I am a realist and know that very few are going to have a foam roller burning party based off of one article on my blog, but one can dream right. Wait, check that, Al Gore just called and said that the burning of foam rollers is bad for green house gases so please recycle them instead. No green credits for you, bad dog. Instead, you could use it in place of board presses at your local gym.
To quote Jim Wendler “You don’t have to smuggle the foam into a commercial gym like you would the boards. You can simply state that it is a rehab tool. And when you say “tool” you can smile and make sure the Jabroni at the front desk knows that you are actually talking about him.” (6)
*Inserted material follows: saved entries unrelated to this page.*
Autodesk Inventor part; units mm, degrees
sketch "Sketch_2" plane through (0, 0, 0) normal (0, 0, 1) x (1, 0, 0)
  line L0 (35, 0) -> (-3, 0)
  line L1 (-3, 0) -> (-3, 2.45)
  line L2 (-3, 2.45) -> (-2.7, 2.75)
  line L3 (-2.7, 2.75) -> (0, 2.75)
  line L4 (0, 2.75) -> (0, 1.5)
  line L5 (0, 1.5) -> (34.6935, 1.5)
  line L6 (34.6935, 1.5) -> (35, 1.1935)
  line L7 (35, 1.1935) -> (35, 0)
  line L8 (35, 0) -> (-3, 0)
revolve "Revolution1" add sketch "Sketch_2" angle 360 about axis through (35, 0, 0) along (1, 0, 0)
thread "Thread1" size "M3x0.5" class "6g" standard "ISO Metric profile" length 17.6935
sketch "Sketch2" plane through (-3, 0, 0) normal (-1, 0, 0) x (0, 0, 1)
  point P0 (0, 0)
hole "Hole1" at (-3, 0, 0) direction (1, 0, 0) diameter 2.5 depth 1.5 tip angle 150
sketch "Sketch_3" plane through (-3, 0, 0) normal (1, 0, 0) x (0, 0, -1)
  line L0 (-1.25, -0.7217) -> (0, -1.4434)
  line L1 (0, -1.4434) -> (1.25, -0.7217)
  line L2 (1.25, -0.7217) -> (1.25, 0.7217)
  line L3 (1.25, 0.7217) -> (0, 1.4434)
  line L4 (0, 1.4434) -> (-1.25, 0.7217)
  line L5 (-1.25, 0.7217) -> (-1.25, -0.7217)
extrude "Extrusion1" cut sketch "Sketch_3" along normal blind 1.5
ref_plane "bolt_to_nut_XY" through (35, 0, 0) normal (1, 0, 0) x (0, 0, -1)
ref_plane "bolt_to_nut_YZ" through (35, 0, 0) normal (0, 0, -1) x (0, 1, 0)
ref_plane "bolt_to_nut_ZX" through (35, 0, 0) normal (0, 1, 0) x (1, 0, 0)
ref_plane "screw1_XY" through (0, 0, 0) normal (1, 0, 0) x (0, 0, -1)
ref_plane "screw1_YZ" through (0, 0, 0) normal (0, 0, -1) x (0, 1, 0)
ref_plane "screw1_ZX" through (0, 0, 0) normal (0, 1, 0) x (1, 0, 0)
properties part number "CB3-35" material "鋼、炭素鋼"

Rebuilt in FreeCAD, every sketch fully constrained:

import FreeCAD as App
import Part
import Sketcher

V = App.Vector
Q = App.Units.Quantity

doc = App.newDocument("Part")
body = doc.addObject("PartDesign::Body", "Body")

sketch1 = body.newObject("Sketcher::SketchObject", "Sketch")
sketch1.AttachmentSupport = (doc.getObject("XY_Plane"), [""])
sketch1.MapMode = "FlatFace"
sketch1.addGeometry([
    Part.LineSegment(V(-3, 0, 0), V(35, 0, 0)),
    Part.LineSegment(V(35, 0, 0), V(35, 1.19, 0)),
    Part.LineSegment(V(35, 1.19, 0), V(34.69, 1.5, 0)),
    Part.LineSegment(V(34.69, 1.5, 0), V(0, 1.5, 0)),
    Part.LineSegment(V(0, 1.5, 0), V(0, 2.75, 0)),
    Part.LineSegment(V(0, 2.75, 0), V(-2.7, 2.75, 0)),
    Part.LineSegment(V(-2.7, 2.75, 0), V(-3, 2.45, 0)),
    Part.LineSegment(V(-3, 2.45, 0), V(-3, 0, 0)),
], False)
sketch1.addConstraint([
    Sketcher.Constraint("Coincident", 0, 2, 1, 1),
    Sketcher.Constraint("Coincident", 1, 2, 2, 1),
    Sketcher.Constraint("Coincident", 2, 2, 3, 1),
    Sketcher.Constraint("Coincident", 3, 2, 4, 1),
    Sketcher.Constraint("Coincident", 4, 2, 5, 1),
    Sketcher.Constraint("Coincident", 5, 2, 6, 1),
    Sketcher.Constraint("Coincident", 6, 2, 7, 1),
    Sketcher.Constraint("Coincident", 7, 2, 0, 1),
    Sketcher.Constraint("Horizontal", 0),
    Sketcher.Constraint("Vertical", 1),
    Sketcher.Constraint("Horizontal", 3),
    Sketcher.Constraint("Vertical", 4),
    Sketcher.Constraint("Horizontal", 5),
    Sketcher.Constraint("Vertical", 7),
    Sketcher.Constraint("PointOnObject", 0, 2, -1),
    Sketcher.Constraint("PointOnObject", 3, 2, -2),
    Sketcher.Constraint("Perpendicular", 2, 6),
    Sketcher.Constraint("DistanceX", 0, 1, 0, 2, Q("38 mm")),
    Sketcher.Constraint("Angle", 2, Q("135 deg")),
    Sketcher.Constraint("DistanceX", 5, 2, 5, 1, Q("2.7 mm")),
    Sketcher.Constraint("DistanceX", -1, 1, 0, 2, Q("35 mm")),
    Sketcher.Constraint("DistanceY", 4, 1, 4, 2, Q("1.25 mm")),
    Sketcher.Constraint("DistanceY", 7, 2, 7, 1, Q("2.45 mm")),
    Sketcher.Constraint("DistanceX", 3, 2, 3, 1, Q("34.6935 mm")),
])
revolution = body.newObject("PartDesign::Revolution", "Revolution")
revolution.Profile = sketch1
revolution.ReferenceAxis = (sketch1, ["H_Axis"])
revolution.Angle = 360

sketch2 = body.newObject("Sketcher::SketchObject", "Sketch001")
sketch2.AttachmentSupport = (doc.getObject("YZ_Plane"), [""])
sketch2.MapMode = "FlatFace"
sketch2.AttachmentOffset = App.Placement(V(0, 0, -3), App.Rotation())
sketch2.addGeometry(Part.Circle(V(0, 0, 0), V(0, 0, 1), 1.2), False)
sketch2.addConstraint([
    Sketcher.Constraint("Coincident", 0, 3, -1, 1),
    Sketcher.Constraint("Diameter", 0, Q("2.5 mm")),
])
doc.recompute()
hole = body.newObject("PartDesign::Hole", "Hole")
hole.Profile = sketch2
hole.ThreadType = "None"
hole.Diameter = 2.5
hole.DepthType = "Dimension"
hole.Depth = 1.5
hole.DrillPoint = "Angled"
hole.DrillPointAngle = 150
hole.Reversed = True

sketch3 = body.newObject("Sketcher::SketchObject", "Sketch002")
sketch3.AttachmentSupport = (doc.getObject("YZ_Plane"), [""])
sketch3.MapMode = "FlatFace"
sketch3.AttachmentOffset = App.Placement(V(0, 0, -3), App.Rotation())
sketch3.addGeometry([
    Part.LineSegment(V(0.7, 1.2, 0), V(-0.7, 1.2, 0)),
    Part.LineSegment(V(-0.7, 1.2, 0), V(-1.4, 0, 0)),
    Part.LineSegment(V(-1.4, 0, 0), V(-0.7, -1.2, 0)),
    Part.LineSegment(V(-0.7, -1.2, 0), V(0.7, -1.2, 0)),
    Part.LineSegment(V(0.7, -1.2, 0), V(1.4, 0, 0)),
    Part.LineSegment(V(1.4, 0, 0), V(0.7, 1.2, 0)),
], False)
sketch3.addConstraint([
    Sketcher.Constraint("Coincident", 0, 2, 1, 1),
    Sketcher.Constraint("Coincident", 1, 2, 2, 1),
    Sketcher.Constraint("Coincident", 2, 2, 3, 1),
    Sketcher.Constraint("Coincident", 3, 2, 4, 1),
    Sketcher.Constraint("Coincident", 4, 2, 5, 1),
    Sketcher.Constraint("Coincident", 5, 2, 0, 1),
    Sketcher.Constraint("Horizontal", 0),
    Sketcher.Constraint("Horizontal", 3),
    Sketcher.Constraint("Symmetric", 0, 2, 3, 2, -1, 1),
    Sketcher.Constraint("Symmetric", 1, 2, 4, 2, -1, 1),
    Sketcher.Constraint("PointOnObject", 1, 2, -1),
    Sketcher.Constraint("Parallel", 2, 5),
    Sketcher.Constraint("Vertical", 0, 2, 2, 2),
    Sketcher.Constraint("Angle", 1, Q("-120.0004 deg")),
    Sketcher.Constraint("DistanceY", 2, 2, 0, 2, Q("2.5 mm")),
    Sketcher.Constraint("DistanceX", 0, 2, 0, 1, Q("1.4434 mm")),
])
pocket1 = body.newObject("PartDesign::Pocket", "Pocket")
pocket1.Profile = sketch3
pocket1.Length = 1.5
pocket1.Reversed = True

doc.recompute()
1) At minimum, don’t do any foam roller work before a training session and maybe only some light work afterwards
2) Make sure it is NOT painful, especially if you are doing it before a lifting session. Remember pain decreases performance.
3) Try replacing some foam roller work with some precise joint mobility like the Z Health Neuro Warm Up
4) Find a trainer/therapist that uses non painful hands on work combined with active mobility work. A Z Health Level 4 (hey, that is me—shameless I know) is a great place to start. Even many of the R Phase movements can have profound results on soft tissue due to the involvement of the nervous system.
Any comments, let me have em’
1. Dr. John Berardi: G-Flux Simplified. March 3, 2007. The Fitcast Insider www.thefitcastinsider.com. Accessed June 5, 2007.
2. Fallon J. B., V. G. Macefield. Vibration sensitivity of human muscle spindles and Golgi tendon organs. Muscle Nerve. 36(1):21-29, 2007.
3. Cui J., V. Mascarenhas, R. Moradkhan, C. Blaha, L. I. Sinoway. Effects of Muscle Metabolites on Responses of Muscle Sympathetic Nerve Activity to Mechanoreceptor(s) Stimulation in Healthy Humans. Am J Physiol Regul Integr Comp Physiol., 2007.
4. [IASP] International Association for the Study of Pain. 2008, Jan 3. IASP home page. http://www.iasp-pain.org. Accessed Jan 3 2008.
5. Dr. Eric Cobb. Personal communication. December 19, 2007.